Playing In the arena whaaat!! That's just not on, it's not a kids playground.
If the parents don't care enough about their kids safety let alone other people & other people's horses safety
I would definitely be bringing it up with the BO.
_Posted via Mobile Device_


----------



## horselovinguy (Oct 1, 2013)

Sounds like a royal mess and huge accident about to happen.

Forget the mom, you already got her reaction and comment...

So...take the issue to the barn owner and barn manager.
No emotions, just facts stated.
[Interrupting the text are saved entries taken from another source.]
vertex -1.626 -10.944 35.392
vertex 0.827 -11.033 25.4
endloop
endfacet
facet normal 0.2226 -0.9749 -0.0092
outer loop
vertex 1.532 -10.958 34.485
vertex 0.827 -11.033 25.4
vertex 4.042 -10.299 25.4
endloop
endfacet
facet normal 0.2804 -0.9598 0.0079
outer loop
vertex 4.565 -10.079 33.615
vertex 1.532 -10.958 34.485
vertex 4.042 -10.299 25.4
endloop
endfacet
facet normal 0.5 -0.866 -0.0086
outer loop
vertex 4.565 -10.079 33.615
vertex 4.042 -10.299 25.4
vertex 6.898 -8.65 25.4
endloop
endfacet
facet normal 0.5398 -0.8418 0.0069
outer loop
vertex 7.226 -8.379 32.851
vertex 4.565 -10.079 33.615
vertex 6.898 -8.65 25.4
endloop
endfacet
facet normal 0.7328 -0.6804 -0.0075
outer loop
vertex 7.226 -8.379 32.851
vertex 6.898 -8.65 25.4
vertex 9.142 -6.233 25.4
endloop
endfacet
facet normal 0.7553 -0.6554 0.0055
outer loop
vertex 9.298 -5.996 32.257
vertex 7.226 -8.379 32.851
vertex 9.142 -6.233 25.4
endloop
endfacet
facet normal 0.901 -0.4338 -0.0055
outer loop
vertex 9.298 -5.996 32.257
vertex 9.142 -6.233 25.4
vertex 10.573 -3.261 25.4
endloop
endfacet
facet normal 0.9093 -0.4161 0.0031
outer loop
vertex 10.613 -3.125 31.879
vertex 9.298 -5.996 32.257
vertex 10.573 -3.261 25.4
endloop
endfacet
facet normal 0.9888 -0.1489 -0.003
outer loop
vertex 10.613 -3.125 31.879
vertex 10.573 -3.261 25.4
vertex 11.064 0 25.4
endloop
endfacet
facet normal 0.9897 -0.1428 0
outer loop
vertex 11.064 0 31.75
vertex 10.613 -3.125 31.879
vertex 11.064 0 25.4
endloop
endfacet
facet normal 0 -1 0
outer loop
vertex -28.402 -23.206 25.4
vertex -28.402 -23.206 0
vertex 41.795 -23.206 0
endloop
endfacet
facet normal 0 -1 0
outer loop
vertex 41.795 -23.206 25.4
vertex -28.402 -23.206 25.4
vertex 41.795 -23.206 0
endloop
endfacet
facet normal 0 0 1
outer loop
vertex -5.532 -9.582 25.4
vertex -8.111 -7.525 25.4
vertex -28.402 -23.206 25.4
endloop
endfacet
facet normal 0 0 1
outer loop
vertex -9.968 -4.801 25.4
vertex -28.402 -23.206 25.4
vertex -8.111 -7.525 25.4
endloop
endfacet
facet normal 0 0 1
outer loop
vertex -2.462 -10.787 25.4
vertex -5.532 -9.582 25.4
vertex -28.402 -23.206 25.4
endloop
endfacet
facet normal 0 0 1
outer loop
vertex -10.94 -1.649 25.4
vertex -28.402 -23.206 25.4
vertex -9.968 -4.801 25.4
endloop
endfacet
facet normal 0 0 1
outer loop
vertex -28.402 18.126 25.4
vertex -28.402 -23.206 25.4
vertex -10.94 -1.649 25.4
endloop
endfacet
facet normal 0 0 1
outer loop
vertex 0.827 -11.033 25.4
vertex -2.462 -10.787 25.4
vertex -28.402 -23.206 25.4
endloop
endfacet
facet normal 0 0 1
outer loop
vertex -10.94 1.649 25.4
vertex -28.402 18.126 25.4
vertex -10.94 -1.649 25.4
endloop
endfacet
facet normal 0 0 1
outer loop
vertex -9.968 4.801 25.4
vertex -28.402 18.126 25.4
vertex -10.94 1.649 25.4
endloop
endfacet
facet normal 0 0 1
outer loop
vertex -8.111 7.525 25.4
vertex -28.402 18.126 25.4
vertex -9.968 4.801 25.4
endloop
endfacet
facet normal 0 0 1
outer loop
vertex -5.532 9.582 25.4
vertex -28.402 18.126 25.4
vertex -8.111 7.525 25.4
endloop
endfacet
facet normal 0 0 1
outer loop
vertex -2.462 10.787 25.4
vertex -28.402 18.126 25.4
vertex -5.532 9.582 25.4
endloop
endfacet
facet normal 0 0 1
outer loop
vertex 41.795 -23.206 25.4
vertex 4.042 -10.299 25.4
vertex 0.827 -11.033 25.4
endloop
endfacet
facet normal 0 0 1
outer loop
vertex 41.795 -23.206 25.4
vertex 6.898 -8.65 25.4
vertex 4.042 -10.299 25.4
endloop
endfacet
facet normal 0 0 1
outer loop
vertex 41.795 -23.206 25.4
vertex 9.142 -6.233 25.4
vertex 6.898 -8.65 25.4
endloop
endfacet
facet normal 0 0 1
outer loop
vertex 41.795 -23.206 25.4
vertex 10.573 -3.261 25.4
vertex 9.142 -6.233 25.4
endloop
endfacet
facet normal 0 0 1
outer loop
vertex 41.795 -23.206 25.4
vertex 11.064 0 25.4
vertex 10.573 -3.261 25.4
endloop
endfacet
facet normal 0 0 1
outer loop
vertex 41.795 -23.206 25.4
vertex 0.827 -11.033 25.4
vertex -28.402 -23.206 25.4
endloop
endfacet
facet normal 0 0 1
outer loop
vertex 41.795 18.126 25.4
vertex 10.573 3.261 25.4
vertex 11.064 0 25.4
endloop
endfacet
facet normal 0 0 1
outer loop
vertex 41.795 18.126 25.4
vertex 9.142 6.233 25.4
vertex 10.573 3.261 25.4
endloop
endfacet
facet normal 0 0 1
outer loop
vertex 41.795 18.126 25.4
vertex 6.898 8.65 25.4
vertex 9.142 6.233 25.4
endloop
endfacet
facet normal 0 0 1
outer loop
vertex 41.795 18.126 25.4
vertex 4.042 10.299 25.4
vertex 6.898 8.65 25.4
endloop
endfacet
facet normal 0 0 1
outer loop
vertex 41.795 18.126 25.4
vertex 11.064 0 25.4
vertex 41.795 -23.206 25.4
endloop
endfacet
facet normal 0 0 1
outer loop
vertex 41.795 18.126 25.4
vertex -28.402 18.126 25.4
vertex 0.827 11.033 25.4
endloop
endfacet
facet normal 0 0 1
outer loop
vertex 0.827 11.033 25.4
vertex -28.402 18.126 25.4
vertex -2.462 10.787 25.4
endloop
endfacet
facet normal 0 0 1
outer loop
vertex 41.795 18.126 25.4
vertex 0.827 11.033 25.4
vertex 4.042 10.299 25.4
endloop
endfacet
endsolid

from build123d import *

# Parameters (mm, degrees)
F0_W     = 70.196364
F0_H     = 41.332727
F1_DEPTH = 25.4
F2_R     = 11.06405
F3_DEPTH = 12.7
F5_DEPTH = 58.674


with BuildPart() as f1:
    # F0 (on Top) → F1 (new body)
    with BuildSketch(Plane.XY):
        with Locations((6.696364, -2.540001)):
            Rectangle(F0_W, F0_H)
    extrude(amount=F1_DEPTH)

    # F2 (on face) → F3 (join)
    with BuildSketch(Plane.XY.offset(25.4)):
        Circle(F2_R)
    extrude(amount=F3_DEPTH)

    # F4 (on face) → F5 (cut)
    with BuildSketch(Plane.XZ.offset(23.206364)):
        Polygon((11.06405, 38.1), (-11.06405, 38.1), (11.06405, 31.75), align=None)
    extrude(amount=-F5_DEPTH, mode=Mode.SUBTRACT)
Ask for their help so the barn is safer for those kids and for you a paying boarder.

I can never understand how someone drags others children to the barn when they will be busy and not able to watch them...
:think: What was I thinking ...that takes being held responsible and accountable for her childrens actions and the actions of their guests!!
A true mature adult.:-?

If the barn owner/manager refuse to intercede...I_ would_ be presenting them with a drawn letter you ask them to sign that if your horse or you accidentally injure a child not under the watch of the adult responsible for bringing them to the barn, the barn is and will be held accountable and no libel will be held against you. 
Horses can be dangerous and caution needs to be observed along with proper behaviors...you have previously spoken to the adult in attendance with these children when they are at the barn...the attitude is what now prompts the barns intervention or acceptance that they will be held at fault for injuries/damages and lawsuits for not practicing safe horsemanship and barn rules....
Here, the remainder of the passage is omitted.